▸ Work to be completed:
A single number is the whole answer: the tally of lines in the data below that include the word "Horizontal".
===== Data supplied
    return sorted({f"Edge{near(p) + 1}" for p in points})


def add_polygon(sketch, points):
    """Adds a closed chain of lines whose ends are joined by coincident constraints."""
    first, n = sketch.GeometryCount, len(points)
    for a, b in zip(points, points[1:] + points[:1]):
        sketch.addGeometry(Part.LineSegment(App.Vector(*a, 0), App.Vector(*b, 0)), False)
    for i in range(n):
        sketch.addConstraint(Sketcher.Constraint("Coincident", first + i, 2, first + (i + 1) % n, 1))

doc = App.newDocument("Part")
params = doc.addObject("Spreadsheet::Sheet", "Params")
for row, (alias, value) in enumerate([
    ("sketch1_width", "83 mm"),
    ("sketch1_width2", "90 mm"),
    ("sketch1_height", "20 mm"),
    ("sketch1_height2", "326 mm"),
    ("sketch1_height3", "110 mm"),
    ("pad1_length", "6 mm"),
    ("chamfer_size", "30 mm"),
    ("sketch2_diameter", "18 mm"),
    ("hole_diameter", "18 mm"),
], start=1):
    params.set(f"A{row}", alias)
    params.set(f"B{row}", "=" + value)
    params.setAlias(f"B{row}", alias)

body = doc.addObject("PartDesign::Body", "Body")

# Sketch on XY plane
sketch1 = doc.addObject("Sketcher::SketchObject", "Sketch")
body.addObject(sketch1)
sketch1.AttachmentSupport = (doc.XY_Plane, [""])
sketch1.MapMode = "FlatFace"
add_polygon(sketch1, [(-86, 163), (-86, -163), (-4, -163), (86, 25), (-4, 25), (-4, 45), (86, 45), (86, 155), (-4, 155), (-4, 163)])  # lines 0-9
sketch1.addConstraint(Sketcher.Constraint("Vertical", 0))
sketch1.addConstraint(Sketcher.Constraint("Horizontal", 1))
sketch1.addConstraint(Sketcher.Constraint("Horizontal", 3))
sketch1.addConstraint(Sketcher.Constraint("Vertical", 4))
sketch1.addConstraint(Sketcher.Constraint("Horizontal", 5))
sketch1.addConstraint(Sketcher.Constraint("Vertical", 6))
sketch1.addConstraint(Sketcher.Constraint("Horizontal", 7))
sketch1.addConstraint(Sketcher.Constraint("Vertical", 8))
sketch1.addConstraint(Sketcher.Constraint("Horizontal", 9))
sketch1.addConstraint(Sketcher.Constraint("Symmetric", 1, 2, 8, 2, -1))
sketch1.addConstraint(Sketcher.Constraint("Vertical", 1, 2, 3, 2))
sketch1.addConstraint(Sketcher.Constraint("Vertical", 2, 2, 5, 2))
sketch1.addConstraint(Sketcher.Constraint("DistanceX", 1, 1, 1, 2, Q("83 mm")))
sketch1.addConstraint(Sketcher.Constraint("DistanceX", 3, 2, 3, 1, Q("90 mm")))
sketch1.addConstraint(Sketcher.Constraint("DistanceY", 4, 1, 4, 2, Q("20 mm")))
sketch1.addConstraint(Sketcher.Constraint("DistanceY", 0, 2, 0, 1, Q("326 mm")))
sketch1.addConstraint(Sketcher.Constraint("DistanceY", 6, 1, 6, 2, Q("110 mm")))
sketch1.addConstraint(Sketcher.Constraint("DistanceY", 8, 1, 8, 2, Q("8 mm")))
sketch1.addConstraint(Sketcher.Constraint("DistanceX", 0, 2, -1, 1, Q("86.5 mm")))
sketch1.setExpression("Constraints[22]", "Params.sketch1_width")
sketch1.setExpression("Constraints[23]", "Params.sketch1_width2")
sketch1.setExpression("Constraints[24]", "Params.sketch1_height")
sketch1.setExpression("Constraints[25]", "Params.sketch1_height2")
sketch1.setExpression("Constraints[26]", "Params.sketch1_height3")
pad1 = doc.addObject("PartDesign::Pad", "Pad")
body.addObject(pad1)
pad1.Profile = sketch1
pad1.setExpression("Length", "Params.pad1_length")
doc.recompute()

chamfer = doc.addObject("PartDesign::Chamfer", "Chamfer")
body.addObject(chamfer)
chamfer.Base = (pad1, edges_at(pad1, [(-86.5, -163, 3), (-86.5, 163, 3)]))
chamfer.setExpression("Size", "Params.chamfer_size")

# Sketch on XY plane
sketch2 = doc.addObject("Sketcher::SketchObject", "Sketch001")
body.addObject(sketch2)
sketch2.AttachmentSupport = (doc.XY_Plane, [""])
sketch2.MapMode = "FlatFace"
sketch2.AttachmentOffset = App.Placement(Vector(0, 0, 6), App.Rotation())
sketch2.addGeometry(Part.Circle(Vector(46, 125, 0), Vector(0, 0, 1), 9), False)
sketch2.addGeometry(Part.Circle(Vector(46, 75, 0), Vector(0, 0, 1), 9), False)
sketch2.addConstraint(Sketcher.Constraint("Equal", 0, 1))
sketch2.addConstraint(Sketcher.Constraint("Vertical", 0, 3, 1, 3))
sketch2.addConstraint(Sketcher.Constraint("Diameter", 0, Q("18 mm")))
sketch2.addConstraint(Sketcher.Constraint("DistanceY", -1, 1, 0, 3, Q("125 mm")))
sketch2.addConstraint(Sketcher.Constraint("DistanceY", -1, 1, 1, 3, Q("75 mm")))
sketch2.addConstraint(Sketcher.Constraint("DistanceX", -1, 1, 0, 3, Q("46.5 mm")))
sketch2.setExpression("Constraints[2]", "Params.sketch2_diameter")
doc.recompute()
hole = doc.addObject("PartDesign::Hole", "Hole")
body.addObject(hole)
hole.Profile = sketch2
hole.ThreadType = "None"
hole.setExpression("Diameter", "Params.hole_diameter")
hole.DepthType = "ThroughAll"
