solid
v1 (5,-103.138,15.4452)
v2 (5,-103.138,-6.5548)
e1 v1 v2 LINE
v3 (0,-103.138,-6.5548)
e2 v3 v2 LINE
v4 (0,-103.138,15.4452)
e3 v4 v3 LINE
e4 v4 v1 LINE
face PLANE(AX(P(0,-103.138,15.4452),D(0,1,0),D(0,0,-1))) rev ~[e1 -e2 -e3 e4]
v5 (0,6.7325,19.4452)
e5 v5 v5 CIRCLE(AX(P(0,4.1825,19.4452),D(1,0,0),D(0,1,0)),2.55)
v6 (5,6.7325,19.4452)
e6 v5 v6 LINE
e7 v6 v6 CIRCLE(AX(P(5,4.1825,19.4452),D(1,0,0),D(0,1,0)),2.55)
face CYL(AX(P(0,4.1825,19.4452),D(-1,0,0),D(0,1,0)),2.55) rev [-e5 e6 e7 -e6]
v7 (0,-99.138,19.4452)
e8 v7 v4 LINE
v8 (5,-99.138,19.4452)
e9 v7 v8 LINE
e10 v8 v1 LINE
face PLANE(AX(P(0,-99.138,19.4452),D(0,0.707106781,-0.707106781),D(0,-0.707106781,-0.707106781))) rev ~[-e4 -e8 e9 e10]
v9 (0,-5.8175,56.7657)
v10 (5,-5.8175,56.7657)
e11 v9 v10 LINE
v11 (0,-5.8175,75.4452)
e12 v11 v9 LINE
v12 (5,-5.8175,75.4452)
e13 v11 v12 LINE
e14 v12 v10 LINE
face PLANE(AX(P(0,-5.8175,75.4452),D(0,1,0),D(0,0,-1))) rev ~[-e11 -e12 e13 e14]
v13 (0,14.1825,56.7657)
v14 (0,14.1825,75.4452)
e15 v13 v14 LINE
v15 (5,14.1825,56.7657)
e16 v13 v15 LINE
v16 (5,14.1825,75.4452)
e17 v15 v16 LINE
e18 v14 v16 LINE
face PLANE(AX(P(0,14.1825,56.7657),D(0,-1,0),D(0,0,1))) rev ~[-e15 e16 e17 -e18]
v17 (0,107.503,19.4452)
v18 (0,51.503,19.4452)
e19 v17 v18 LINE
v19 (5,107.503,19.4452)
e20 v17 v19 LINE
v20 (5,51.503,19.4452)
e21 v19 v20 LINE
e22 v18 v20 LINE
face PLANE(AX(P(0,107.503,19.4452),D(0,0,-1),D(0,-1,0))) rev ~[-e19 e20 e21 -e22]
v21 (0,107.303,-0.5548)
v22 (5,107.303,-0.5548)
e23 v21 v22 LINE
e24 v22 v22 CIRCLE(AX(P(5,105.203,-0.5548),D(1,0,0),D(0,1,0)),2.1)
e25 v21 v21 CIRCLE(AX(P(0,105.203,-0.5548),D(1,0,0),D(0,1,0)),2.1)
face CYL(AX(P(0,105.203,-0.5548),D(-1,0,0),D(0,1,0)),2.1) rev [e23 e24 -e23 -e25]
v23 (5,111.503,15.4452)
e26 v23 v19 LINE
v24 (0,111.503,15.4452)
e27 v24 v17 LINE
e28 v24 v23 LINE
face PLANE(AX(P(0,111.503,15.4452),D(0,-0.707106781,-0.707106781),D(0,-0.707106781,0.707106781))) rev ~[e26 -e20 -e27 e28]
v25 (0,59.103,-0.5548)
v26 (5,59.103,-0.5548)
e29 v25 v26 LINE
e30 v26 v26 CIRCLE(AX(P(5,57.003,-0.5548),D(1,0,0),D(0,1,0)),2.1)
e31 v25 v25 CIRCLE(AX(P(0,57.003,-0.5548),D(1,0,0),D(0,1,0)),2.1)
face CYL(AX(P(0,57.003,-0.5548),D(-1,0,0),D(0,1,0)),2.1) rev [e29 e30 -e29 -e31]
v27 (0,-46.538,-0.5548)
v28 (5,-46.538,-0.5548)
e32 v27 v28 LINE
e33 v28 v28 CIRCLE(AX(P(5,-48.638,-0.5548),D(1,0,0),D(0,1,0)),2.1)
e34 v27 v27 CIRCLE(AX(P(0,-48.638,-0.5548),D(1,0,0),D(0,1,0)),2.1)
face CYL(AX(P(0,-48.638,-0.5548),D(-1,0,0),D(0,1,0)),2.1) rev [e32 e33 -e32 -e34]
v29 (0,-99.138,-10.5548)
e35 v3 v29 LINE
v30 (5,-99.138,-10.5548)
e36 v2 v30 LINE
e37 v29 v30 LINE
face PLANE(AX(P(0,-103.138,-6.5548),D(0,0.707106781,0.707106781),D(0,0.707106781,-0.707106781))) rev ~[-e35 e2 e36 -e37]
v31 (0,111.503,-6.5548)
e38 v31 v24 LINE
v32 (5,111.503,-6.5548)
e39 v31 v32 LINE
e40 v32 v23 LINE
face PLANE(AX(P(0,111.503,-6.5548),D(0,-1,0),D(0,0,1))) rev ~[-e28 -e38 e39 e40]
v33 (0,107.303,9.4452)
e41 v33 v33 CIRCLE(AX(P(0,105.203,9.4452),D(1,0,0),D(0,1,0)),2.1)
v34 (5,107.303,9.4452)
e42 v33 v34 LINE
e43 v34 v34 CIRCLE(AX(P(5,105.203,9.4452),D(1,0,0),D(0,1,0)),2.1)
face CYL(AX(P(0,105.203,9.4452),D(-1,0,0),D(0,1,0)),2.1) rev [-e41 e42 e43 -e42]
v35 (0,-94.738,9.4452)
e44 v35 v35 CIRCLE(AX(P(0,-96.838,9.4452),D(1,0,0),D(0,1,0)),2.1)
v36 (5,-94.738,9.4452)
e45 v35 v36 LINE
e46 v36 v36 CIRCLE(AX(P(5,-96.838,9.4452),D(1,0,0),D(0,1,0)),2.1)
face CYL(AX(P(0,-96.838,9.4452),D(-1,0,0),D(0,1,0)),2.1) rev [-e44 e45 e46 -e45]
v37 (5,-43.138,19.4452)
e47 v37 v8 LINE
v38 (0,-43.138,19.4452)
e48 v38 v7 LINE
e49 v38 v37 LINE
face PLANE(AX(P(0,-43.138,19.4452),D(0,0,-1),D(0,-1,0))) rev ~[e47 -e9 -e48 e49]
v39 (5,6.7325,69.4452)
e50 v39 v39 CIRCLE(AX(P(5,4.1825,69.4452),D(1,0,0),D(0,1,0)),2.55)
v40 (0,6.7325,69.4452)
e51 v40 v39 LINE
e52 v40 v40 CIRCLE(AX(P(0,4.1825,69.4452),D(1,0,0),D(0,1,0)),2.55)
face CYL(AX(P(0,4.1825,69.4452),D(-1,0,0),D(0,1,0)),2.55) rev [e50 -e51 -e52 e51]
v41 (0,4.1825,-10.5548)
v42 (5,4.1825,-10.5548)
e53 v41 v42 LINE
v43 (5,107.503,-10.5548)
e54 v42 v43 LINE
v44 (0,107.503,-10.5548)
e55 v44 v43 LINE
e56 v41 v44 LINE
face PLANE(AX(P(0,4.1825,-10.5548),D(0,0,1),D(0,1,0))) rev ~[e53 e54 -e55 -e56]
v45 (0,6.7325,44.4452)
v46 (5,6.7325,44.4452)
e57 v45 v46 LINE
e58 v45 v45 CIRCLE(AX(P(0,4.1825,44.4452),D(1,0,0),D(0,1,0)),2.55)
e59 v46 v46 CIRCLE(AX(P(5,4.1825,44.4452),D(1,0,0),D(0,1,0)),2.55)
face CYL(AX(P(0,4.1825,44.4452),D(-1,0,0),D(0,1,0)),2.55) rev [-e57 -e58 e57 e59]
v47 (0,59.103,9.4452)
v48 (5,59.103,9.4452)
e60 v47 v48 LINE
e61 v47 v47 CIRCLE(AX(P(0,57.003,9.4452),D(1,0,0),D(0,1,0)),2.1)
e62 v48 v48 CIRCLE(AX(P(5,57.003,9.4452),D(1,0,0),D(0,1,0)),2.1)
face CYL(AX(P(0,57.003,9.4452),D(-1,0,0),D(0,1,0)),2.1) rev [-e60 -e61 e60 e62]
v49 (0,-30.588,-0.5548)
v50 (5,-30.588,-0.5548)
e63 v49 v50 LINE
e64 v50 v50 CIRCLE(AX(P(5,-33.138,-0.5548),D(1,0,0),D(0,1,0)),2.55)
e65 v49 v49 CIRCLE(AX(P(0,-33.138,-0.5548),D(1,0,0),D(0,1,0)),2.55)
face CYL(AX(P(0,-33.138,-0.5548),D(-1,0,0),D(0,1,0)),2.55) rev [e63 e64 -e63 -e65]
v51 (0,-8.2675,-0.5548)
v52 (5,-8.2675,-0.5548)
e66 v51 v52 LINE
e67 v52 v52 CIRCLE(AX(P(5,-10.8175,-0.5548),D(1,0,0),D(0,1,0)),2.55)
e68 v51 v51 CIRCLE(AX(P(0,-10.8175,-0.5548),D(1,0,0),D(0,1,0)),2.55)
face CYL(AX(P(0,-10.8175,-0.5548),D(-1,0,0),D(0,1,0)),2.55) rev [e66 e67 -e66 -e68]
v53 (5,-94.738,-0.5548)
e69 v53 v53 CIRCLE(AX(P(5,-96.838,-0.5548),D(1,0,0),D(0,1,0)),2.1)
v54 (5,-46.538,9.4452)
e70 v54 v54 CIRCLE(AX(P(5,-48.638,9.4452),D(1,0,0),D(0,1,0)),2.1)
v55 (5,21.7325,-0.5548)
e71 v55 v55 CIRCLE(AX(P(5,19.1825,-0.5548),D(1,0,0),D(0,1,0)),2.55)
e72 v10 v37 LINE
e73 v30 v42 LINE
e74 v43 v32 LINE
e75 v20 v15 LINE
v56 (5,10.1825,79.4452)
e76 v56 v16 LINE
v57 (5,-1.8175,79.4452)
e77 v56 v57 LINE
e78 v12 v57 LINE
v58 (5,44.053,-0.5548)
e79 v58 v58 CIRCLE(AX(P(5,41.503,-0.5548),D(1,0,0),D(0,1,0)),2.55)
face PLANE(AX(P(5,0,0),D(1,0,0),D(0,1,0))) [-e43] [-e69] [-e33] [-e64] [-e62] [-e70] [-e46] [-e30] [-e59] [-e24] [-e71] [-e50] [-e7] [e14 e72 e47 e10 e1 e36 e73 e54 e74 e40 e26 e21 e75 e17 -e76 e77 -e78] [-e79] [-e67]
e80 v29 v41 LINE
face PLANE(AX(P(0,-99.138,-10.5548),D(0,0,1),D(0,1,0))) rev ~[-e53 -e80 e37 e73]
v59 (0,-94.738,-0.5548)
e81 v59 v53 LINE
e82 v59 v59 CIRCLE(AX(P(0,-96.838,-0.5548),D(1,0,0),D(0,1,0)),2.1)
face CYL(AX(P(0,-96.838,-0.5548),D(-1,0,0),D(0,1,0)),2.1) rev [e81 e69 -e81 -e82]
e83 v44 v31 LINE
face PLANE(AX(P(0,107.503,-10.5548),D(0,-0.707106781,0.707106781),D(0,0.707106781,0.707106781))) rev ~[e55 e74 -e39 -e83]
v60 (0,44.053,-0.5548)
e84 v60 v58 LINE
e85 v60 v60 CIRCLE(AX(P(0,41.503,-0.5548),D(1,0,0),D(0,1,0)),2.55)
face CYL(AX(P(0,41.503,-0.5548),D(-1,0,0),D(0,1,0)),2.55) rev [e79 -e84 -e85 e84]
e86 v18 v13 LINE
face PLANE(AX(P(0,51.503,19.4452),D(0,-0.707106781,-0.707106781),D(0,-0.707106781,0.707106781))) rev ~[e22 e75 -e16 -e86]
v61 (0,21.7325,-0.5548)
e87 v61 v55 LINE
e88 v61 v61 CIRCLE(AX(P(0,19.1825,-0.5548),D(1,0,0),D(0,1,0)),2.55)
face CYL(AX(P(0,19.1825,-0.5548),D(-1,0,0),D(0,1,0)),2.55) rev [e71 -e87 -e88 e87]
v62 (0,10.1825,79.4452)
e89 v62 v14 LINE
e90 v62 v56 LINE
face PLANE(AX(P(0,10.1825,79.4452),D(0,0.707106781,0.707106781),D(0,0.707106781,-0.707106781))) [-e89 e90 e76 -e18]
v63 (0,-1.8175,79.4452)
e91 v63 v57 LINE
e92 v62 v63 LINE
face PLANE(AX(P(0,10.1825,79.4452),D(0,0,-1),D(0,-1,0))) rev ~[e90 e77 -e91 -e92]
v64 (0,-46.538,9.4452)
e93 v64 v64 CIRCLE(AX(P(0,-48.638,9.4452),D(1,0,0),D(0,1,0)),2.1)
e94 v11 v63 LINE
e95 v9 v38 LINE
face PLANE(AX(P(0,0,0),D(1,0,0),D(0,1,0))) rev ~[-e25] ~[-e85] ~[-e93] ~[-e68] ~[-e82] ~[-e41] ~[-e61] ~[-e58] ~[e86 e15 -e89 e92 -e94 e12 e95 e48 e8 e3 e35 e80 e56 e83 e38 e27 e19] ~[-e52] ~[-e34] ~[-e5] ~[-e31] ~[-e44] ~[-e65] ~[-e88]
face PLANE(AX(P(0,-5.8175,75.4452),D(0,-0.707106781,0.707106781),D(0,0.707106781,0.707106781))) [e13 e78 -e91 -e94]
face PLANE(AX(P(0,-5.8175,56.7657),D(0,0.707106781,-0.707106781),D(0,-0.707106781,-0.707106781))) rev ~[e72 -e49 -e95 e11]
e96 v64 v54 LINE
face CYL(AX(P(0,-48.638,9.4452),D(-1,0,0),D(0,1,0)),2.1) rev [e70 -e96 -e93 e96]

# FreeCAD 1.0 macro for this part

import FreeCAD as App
import Part
import Sketcher
from FreeCAD import Vector

doc = App.newDocument("Part")
params = doc.addObject("Spreadsheet::Sheet", "Params")
for row, (alias, value) in enumerate([
    ("sketch1_diameter", "4.2 mm"),
    ("sketch1_diameter2", "5.1 mm"),
    ("sketch1_width", "12 mm"),
    ("sketch1_width2", "56 mm"),
    ("sketch1_height", "22 mm"),
    ("pad1_length", "5 mm"),
], start=1):
    params.set(f"A{row}", alias)
    params.set(f"B{row}", "=" + value)
    params.setAlias(f"B{row}", alias)

body = doc.addObject("PartDesign::Body", "Body")

# Sketch on YZ plane
sketch1 = body.newObject("Sketcher::SketchObject", "Sketch")
sketch1.AttachmentSupport = (doc.getObject("YZ_Plane"), [""])
sketch1.MapMode = "FlatFace"
sketch1.addGeometry([
    Part.LineSegment(Vector(14.1825, 75.4452, 0), Vector(10.1825, 79.4452, 0)),  # 0
    Part.LineSegment(Vector(10.1825, 79.4452, 0), Vector(-1.8175, 79.4452, 0)),  # 1
    Part.LineSegment(Vector(-1.8175, 79.4452, 0), Vector(-5.8175, 75.4452, 0)),  # 2
    Part.LineSegment(Vector(-5.8175, 75.4452, 0), Vector(-5.8175, 56.7657, 0)),  # 3
    Part.LineSegment(Vector(-5.8175, 56.7657, 0), Vector(-43.138, 19.4452, 0)),  # 4
    Part.LineSegment(Vector(-43.138, 19.4452, 0), Vector(-99.138, 19.4452, 0)),  # 5
    Part.LineSegment(Vector(-99.138, 19.4452, 0), Vector(-103.138, 15.4452, 0)),  # 6
    Part.LineSegment(Vector(-103.138, 15.4452, 0), Vector(-103.138, -6.5548, 0)),  # 7
    Part.LineSegment(Vector(-103.138, -6.5548, 0), Vector(-99.138, -10.5548, 0)),  # 8
    Part.LineSegment(Vector(-99.138, -10.5548, 0), Vector(107.503, -10.5548, 0)),  # 9
    Part.LineSegment(Vector(107.503, -10.5548, 0), Vector(111.503, -6.5548, 0)),  # 10
    Part.LineSegment(Vector(111.503, -6.5548, 0), Vector(111.503, 15.4452, 0)),  # 11
    Part.LineSegment(Vector(111.503, 15.4452, 0), Vector(107.503, 19.4452, 0)),  # 12
    Part.LineSegment(Vector(107.503, 19.4452, 0), Vector(51.503, 19.4452, 0)),  # 13
    Part.LineSegment(Vector(51.503, 19.4452, 0), Vector(14.1825, 56.7657, 0)),  # 14
    Part.LineSegment(Vector(14.1825, 56.7657, 0), Vector(14.1825, 75.4452, 0)),  # 15
    Part.Circle(Vector(-96.838, -0.5548, 0), Vector(0, 0, 1), 2.1),  # 16
    Part.Circle(Vector(-96.838, 9.4452, 0), Vector(0, 0, 1), 2.1),  # 17
    Part.Circle(Vector(-48.638, -0.5548, 0), Vector(0, 0, 1), 2.1),  # 18
    Part.Circle(Vector(-33.138, -0.5548, 0), Vector(0, 0, 1), 2.55),  # 19
    Part.Circle(Vector(-10.8175, -0.5548, 0), Vector(0, 0, 1), 2.55),  # 20
    Part.Circle(Vector(-48.638, 9.4452, 0), Vector(0, 0, 1), 2.1),  # 21
    Part.Circle(Vector(19.1825, -0.5548, 0), Vector(0, 0, 1), 2.55),  # 22
    Part.Circle(Vector(41.503, -0.5548, 0), Vector(0, 0, 1), 2.55),  # 23
    Part.Circle(Vector(57.003, -0.5548, 0), Vector(0, 0, 1), 2.1),  # 24
    Part.Circle(Vector(57.003, 9.4452, 0), Vector(0, 0, 1), 2.1),  # 25
    Part.Circle(Vector(105.203, -0.5548, 0), Vector(0, 0, 1), 2.1),  # 26
    Part.Circle(Vector(105.203, 9.4452, 0), Vector(0, 0, 1), 2.1),  # 27
    Part.Circle(Vector(4.1825, 19.4452, 0), Vector(0, 0, 1), 2.55),  # 28
    Part.Circle(Vector(4.1825, 44.4452, 0), Vector(0, 0, 1), 2.55),  # 29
==========
▸ Answer box:
5